Nice bike! I think I identified at least 3 different ones of this model on the CABE, maybe 4, but some of them might be the same bike. If you happen to have this bike out where you can get at it, I might have some questions in a few days soon when I reassemble mine. It was supposed to be a clean, regrease and tire job, but it is sort of dragging out. Thanks for posting!


----------



## bloo (Jun 21, 2021)

Starry starry night..... paint your pallet gray and blue.....  --Don McLean





Yeah, not much left of that. Here is what it looked like coming out of the evaporust.





What could I possibly do with that? Well I started by tack welding it back together and putting a wire around the edge.

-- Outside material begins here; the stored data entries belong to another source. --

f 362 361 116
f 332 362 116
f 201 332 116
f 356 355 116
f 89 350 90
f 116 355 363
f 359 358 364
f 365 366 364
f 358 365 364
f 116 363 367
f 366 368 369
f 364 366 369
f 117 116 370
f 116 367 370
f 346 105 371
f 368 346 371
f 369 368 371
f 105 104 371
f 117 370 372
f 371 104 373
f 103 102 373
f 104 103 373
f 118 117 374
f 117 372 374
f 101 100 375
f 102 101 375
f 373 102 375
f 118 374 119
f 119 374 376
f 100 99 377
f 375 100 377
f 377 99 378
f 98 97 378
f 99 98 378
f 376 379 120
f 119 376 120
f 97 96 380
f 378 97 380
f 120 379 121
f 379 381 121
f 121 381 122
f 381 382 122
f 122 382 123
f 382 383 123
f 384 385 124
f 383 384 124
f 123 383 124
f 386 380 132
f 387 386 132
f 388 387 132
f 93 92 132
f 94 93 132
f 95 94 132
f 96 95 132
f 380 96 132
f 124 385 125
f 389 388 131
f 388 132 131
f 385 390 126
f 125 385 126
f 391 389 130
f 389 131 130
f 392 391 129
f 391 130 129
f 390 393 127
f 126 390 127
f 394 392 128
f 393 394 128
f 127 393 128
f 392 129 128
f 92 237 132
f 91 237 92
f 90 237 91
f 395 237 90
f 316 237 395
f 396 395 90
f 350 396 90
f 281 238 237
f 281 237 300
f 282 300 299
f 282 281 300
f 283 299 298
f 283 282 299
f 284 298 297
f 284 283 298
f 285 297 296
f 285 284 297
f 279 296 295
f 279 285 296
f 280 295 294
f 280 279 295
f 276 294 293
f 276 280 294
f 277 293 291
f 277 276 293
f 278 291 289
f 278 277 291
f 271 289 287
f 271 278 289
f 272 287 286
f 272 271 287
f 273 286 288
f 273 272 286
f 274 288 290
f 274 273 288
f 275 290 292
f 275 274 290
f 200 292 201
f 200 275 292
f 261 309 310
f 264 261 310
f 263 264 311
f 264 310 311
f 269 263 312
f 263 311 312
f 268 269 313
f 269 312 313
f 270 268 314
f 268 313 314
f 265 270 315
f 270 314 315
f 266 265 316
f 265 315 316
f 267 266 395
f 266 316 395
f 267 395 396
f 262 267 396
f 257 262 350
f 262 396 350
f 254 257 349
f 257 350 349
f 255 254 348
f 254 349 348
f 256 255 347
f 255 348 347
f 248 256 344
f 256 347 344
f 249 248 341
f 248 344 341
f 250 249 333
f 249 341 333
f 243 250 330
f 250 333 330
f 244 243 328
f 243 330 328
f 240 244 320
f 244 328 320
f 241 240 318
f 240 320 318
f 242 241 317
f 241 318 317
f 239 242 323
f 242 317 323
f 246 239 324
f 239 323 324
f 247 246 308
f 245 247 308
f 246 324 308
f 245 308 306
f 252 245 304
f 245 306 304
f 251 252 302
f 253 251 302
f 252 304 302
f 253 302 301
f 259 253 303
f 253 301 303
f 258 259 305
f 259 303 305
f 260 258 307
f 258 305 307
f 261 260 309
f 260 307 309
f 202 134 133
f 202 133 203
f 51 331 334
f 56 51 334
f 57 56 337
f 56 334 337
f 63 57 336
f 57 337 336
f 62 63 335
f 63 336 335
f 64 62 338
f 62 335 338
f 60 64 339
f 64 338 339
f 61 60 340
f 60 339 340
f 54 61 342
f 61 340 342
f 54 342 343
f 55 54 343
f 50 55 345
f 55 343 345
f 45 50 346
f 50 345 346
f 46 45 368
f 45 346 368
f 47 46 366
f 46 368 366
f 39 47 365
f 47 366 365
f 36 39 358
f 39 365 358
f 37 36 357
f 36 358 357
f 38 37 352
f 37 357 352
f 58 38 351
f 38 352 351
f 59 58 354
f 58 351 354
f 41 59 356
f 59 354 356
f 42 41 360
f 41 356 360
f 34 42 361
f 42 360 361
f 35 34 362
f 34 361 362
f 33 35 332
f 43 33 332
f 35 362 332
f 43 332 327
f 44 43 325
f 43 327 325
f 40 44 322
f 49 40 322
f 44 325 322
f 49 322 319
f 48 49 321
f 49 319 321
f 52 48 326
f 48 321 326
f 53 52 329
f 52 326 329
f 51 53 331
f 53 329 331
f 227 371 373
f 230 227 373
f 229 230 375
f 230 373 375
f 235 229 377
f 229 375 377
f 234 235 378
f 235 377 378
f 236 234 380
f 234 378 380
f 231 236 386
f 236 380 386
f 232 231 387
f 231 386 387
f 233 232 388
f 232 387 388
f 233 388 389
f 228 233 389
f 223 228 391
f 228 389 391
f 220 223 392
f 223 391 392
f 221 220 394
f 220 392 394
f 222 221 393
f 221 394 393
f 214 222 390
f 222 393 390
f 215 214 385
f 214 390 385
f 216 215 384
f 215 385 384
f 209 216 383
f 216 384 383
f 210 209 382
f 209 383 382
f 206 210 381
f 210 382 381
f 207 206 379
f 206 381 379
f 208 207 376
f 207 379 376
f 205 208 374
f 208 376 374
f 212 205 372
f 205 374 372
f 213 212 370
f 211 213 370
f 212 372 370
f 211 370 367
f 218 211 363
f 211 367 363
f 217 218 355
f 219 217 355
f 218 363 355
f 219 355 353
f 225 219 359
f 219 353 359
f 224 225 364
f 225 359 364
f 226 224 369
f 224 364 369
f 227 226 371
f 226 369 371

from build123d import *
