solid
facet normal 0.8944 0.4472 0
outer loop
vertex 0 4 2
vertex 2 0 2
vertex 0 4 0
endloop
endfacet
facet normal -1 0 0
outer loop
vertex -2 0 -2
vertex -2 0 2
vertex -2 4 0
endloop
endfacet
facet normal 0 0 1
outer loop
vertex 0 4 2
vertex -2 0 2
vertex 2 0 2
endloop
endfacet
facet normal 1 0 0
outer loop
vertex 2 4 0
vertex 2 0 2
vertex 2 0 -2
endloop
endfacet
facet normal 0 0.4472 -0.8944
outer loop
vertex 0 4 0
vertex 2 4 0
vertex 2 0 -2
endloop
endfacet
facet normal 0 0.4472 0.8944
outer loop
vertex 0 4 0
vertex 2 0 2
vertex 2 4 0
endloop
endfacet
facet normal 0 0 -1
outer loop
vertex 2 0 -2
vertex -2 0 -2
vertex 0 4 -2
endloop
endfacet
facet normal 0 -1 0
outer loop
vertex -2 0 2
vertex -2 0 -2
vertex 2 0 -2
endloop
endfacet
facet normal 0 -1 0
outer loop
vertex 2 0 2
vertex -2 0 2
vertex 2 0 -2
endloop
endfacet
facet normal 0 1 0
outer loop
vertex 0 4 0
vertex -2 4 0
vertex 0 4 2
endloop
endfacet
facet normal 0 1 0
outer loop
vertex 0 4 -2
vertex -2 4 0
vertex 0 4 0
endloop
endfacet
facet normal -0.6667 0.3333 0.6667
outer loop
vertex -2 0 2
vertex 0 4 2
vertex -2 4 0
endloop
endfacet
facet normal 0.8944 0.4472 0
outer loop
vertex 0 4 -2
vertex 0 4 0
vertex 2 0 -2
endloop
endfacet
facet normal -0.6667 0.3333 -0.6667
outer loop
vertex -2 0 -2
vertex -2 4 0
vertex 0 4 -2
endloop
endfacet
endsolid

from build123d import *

# Parameters (mm, degrees)
SKETCH2_W           = 4
SKETCH2_H           = 4
BOSS_EXTRUDE1_DEPTH = 4
CUT_EXTRUDE4_START  = -0.894427191
CUT_EXTRUDE4_DEPTH  = 4.472135955
CUT_EXTRUDE9_DEPTH  = 10
CUT_EXTRUDE10_DEPTH = 10


# Read off the part's stored shape, not the designer's step: Cut-Extrude4
with BuildPart() as part:
    # Sketch2 → Boss-Extrude1 (new body)
    with BuildSketch(Plane(origin=(0, 0, 0), x_dir=(1, 0, 0), z_dir=(0, 1, 0))):
        Rectangle(SKETCH2_W, SKETCH2_H)
    extrude(amount=BOSS_EXTRUDE1_DEPTH)

    # Cut-Extrude4 outline → Cut-Extrude4 (cut)
    with BuildSketch(Plane(origin=(0, 0, 0), x_dir=(0.8944271909999155, -0.4472135954999585, 0), z_dir=(0.4472135954999585, 0.8944271909999156, 0)).offset(CUT_EXTRUDE4_START)):
        Polygon((-1.788854382, -2), (-3.577708764, 0), (-1.788854382, 2), (-5, 2), (-5, -2), align=None)
    extrude(amount=CUT_EXTRUDE4_DEPTH, mode=Mode.SUBTRACT)

    # 3DSketch4 → Cut-Extrude9 (cut, along a direction that is not the sketch's normal)
    with BuildSketch(Plane(origin=(2, 0, 2), x_dir=(-0.4082482904638631, 0.8164965809277261, -0.4082482904638631), z_dir=(0, -0.447213595499958, -0.894427190999916))):
        Polygon((0, 0), (4.898979486, 0), (4.082482905, 1.825741858), align=None)
    extrude(amount=-CUT_EXTRUDE9_DEPTH, dir=(0, 0, -1), mode=Mode.SUBTRACT)

    # 3DSketch5 → Cut-Extrude10 (cut, along a direction that is not the sketch's normal)
    with BuildSketch(Plane(origin=(0, 4, 0), x_dir=(0.4082482904638631, -0.8164965809277261, -0.4082482904638631), z_dir=(0, -0.447213595499958, 0.8944271909999159))):
        Polygon((0, 0), (4.898979486, 0), (0.816496581, 1.825741858), align=None)
    extrude(amount=-CUT_EXTRUDE10_DEPTH, dir=(0, 0, 1), mode=Mode.SUBTRACT)


solid = part.part
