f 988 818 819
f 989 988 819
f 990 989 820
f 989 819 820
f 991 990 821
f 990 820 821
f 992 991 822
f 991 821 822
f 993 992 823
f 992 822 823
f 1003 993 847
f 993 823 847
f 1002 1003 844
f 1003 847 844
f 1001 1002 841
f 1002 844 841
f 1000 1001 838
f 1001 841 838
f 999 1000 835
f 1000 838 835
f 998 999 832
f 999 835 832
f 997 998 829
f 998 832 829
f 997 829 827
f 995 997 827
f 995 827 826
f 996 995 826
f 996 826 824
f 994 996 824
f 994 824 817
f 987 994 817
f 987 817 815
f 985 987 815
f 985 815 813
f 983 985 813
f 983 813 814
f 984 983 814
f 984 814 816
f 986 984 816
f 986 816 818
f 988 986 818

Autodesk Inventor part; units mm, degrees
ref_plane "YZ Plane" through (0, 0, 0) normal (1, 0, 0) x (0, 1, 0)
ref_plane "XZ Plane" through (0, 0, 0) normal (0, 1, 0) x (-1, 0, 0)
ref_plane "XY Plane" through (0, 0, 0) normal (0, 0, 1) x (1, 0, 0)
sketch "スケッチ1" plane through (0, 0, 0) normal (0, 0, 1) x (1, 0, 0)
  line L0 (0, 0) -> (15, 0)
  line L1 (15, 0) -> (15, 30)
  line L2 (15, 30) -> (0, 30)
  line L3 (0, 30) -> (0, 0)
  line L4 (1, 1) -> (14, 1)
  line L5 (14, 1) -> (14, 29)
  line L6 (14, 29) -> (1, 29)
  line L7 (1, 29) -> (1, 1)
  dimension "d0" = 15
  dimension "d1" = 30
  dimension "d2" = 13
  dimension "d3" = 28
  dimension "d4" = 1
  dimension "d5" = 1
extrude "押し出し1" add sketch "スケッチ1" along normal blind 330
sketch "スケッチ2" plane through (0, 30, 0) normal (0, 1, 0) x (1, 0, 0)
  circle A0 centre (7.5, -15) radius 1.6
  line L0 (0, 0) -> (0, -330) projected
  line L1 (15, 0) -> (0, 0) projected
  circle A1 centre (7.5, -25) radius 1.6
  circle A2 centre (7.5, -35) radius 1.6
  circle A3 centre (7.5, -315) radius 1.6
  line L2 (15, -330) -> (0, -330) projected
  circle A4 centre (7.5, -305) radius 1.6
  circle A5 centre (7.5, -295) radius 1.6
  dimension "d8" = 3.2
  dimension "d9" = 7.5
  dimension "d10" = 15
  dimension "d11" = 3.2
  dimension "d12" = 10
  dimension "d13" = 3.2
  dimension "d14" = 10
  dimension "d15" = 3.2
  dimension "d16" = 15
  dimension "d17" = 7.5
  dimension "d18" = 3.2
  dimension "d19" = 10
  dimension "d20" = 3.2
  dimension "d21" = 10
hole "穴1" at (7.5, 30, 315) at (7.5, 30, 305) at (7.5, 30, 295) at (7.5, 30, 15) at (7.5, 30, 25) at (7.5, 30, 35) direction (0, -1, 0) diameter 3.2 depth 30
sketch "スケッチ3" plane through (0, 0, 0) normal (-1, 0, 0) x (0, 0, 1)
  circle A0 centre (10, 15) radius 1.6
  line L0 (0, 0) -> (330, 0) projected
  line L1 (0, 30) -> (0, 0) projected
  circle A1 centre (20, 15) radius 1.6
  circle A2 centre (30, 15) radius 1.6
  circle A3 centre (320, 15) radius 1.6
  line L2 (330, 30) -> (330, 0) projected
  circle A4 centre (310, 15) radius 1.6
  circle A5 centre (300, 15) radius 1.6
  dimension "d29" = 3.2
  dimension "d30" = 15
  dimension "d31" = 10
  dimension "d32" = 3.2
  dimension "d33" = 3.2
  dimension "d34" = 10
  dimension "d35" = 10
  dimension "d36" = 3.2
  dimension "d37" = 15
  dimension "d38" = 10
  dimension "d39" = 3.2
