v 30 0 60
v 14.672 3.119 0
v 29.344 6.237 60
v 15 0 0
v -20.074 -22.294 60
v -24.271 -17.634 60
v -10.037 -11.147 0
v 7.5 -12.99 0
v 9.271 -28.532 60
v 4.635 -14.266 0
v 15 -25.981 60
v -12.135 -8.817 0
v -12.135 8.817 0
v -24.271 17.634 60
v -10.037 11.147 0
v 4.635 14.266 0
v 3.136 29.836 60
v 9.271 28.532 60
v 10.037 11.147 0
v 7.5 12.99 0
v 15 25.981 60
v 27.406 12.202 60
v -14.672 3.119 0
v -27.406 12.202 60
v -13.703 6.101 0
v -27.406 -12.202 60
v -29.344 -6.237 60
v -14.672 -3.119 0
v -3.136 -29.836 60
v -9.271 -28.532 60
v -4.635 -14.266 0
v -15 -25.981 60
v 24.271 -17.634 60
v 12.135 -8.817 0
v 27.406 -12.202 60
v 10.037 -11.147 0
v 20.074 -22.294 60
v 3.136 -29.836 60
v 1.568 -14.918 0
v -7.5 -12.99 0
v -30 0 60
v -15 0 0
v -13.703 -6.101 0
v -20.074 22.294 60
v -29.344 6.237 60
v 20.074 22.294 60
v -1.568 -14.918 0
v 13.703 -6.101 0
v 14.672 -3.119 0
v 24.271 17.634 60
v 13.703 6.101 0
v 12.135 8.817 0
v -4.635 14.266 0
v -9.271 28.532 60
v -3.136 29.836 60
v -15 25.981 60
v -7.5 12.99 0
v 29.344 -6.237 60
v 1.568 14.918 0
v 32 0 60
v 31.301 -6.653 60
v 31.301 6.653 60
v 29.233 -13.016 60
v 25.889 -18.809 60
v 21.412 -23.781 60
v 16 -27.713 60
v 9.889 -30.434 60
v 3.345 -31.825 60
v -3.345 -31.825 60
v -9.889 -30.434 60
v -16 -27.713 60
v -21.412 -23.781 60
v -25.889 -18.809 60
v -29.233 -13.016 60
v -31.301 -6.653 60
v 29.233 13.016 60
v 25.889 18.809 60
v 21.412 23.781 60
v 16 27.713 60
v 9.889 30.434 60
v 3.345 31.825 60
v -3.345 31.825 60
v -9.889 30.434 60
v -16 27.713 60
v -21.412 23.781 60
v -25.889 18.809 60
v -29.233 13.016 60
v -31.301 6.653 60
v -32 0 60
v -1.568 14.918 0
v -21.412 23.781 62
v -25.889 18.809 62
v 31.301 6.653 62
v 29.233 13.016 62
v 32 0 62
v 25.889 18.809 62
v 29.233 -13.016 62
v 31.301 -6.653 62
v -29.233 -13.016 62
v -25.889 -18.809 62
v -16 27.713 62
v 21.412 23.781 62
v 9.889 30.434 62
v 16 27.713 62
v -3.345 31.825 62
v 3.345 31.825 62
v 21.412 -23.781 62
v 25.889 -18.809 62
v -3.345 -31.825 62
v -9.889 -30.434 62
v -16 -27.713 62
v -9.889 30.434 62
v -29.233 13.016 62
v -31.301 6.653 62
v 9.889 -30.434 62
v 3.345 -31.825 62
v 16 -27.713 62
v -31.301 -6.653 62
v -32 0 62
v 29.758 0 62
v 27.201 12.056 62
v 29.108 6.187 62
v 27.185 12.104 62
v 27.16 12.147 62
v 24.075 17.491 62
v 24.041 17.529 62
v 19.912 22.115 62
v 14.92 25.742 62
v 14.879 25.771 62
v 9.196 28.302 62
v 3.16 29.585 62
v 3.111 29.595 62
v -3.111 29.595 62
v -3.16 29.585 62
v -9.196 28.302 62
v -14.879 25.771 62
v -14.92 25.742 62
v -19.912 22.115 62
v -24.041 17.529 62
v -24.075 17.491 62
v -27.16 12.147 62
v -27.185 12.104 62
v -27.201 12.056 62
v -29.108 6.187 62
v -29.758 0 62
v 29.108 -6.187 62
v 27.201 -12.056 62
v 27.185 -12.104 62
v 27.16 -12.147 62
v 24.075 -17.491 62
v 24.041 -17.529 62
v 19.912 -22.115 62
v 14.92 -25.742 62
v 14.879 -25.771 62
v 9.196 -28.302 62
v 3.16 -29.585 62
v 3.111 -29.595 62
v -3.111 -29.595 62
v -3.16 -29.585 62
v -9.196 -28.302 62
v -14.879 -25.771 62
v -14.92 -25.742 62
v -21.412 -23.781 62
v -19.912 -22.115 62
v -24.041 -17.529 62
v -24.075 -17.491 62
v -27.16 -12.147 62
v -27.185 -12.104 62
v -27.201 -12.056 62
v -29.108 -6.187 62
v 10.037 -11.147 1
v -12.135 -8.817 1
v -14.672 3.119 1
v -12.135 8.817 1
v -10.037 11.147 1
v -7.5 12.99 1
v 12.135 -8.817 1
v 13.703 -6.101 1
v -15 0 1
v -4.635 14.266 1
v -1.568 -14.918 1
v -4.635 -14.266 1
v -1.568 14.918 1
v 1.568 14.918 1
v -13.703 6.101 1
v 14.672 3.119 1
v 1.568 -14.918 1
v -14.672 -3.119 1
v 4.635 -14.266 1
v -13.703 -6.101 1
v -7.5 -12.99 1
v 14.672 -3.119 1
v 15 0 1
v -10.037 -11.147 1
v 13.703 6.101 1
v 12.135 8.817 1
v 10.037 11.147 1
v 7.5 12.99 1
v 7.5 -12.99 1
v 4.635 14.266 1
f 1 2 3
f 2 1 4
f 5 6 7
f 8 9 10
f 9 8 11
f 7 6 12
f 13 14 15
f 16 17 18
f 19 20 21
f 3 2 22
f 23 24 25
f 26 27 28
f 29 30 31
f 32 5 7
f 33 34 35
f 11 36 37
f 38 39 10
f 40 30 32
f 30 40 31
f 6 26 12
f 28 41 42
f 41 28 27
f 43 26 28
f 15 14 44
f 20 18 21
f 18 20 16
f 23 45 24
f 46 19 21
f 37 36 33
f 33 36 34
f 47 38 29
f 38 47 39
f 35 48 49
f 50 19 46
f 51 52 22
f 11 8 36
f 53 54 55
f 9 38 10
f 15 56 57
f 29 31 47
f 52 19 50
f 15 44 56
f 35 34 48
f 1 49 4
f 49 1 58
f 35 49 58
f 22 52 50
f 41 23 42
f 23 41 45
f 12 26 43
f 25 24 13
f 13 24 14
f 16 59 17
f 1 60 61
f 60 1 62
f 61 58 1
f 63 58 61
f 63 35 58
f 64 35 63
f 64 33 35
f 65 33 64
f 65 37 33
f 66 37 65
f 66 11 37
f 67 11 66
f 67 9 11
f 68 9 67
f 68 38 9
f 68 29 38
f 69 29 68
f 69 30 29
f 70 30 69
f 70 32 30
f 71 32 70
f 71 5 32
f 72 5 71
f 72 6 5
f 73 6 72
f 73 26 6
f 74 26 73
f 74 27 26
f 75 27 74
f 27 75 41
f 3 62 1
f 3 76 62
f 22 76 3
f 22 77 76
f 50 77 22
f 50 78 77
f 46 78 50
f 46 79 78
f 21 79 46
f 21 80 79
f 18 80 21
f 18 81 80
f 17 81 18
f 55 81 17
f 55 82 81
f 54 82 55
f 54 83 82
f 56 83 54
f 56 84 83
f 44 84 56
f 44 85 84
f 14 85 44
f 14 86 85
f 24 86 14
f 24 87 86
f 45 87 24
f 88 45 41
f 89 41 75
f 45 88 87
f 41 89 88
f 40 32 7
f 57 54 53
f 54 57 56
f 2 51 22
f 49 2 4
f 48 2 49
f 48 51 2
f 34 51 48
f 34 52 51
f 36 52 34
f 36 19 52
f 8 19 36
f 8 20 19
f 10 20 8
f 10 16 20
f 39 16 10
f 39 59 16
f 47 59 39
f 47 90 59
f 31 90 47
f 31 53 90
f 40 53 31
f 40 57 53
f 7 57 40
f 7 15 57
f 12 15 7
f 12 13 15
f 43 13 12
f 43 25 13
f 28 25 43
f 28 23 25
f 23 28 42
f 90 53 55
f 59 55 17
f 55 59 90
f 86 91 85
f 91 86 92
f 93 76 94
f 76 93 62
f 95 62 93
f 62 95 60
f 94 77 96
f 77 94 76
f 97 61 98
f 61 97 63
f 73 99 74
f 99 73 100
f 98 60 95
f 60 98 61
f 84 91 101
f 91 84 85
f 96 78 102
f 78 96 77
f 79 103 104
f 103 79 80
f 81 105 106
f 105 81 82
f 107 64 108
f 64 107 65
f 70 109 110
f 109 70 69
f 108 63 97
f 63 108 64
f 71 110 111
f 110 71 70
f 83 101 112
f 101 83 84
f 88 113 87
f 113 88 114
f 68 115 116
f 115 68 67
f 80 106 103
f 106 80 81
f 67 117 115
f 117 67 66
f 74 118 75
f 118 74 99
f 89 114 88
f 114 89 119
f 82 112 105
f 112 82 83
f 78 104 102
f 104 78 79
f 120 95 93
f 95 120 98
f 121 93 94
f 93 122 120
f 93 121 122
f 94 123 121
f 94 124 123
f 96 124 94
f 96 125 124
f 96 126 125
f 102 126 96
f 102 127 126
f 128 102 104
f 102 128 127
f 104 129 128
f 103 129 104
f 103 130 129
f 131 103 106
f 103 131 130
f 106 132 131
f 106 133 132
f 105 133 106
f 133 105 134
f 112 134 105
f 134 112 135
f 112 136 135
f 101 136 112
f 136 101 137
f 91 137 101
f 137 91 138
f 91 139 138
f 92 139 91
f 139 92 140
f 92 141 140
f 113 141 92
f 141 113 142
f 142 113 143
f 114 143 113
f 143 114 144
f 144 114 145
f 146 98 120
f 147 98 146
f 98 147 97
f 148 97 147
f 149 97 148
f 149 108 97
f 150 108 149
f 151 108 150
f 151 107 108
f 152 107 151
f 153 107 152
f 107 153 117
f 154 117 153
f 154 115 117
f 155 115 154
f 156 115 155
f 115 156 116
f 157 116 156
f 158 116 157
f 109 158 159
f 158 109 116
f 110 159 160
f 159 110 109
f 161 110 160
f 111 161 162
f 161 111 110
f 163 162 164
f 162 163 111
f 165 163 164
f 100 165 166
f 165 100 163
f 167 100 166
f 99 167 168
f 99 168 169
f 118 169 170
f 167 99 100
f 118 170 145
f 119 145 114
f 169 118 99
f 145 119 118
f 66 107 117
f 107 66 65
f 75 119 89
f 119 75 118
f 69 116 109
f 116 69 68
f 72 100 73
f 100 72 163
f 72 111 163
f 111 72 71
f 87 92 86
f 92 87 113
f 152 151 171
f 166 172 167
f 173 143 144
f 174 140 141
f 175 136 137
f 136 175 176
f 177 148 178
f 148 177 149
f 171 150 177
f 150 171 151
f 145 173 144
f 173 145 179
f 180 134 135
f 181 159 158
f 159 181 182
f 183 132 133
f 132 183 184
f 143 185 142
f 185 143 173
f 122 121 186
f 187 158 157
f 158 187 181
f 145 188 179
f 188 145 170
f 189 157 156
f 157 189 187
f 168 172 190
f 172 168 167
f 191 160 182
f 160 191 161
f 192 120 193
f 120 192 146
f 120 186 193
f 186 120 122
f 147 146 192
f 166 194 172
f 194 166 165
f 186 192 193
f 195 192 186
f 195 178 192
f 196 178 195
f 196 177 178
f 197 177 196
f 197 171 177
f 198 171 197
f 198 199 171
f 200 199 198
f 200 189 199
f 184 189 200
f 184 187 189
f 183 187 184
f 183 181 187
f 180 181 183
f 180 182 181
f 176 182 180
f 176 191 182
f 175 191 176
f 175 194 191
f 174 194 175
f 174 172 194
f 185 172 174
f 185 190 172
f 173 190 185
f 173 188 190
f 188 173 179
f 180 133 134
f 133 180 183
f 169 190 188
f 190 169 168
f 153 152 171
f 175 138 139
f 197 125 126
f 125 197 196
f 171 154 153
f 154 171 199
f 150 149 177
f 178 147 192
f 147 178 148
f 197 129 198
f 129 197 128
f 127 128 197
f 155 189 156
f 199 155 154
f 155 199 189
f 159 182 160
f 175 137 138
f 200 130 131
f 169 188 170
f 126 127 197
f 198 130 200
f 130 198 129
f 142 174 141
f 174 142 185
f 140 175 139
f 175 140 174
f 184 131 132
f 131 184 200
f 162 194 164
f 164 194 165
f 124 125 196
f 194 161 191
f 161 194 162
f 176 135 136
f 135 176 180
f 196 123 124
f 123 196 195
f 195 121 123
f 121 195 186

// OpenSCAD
module pahar_plastic(inaltime_pahar,raza_baza_pahar,raza_sus_pahar,raza_buza,inaltime_buza,grosime_perete)
{
    difference(){
        union(){
      cylinder (h=inaltime_pahar, r1=15, r2=30);
        translate([0,0,60]) cylinder(h=inaltime_buza,r=raza_buza);
        }
 translate([0,0,grosime_perete]) cylinder (h=inaltime_pahar+ inaltime_buza,r1=raza_baza_pahar, r2=raza_sus_pahar);
    }        
}

pahar_plastic(60,15,30,32,2,1);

What now? If you guessed "more crappy brazing" you might be on to something. More to come.

Meanwhile, I did some torch shrinking on the seat clamp that wouldn't hold. It seems to be hanging on to this bolt for dear life, and the pinch bolt isn't even tight. I think it is fixed, but I won't know for sure until I can try it on the bike.





The frame still measures straight on the rear triangle after the most recent un-twisting of the front triangle and more straightening of the fork. 27.75mm on one side and 27.99mm on the other. Better than I could hope for really. I'll take it.





But as you can see, the axles still aren't in line. Much better than before though. It looks like the fork is still shifted left (in the picture, right on the bicycle). 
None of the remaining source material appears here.